What is expected: The required output is the line containing "v -61.395 39.208 0" followed by every later line through the end of the data, all reproduced exactly.

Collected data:
>>>>
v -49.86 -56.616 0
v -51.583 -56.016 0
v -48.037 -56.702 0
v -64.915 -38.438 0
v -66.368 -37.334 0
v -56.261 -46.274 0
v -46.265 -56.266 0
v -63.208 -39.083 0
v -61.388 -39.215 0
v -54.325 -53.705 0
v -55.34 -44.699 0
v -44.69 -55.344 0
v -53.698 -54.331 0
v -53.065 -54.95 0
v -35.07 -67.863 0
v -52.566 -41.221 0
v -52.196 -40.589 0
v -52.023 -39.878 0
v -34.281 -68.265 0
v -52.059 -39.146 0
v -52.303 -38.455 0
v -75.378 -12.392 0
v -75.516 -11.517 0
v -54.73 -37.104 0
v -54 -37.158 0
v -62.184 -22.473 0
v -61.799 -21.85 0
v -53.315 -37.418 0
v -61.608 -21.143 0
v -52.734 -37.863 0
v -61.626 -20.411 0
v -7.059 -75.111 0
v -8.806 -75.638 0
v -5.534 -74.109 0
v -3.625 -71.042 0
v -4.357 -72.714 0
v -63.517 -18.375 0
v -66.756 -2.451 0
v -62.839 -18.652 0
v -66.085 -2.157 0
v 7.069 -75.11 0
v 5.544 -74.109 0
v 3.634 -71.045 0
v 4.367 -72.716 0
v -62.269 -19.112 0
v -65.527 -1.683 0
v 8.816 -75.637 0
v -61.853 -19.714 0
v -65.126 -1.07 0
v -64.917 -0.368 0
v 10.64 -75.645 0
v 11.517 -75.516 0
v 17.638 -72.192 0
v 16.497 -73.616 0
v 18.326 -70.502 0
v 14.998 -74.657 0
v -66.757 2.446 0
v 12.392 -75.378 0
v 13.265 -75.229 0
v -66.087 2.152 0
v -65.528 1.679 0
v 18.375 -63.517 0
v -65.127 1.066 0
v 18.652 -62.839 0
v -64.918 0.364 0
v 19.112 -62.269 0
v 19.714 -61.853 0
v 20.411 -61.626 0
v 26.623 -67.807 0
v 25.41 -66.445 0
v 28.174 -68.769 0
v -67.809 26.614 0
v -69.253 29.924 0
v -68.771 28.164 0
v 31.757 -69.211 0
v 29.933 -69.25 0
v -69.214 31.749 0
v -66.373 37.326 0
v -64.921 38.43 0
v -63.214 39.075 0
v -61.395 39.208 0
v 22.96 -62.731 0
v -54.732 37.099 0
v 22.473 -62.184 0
<<<<
Output for this exercise:
v -61.395 39.208 0
v 22.96 -62.731 0
v -54.732 37.099 0
v 22.473 -62.184 0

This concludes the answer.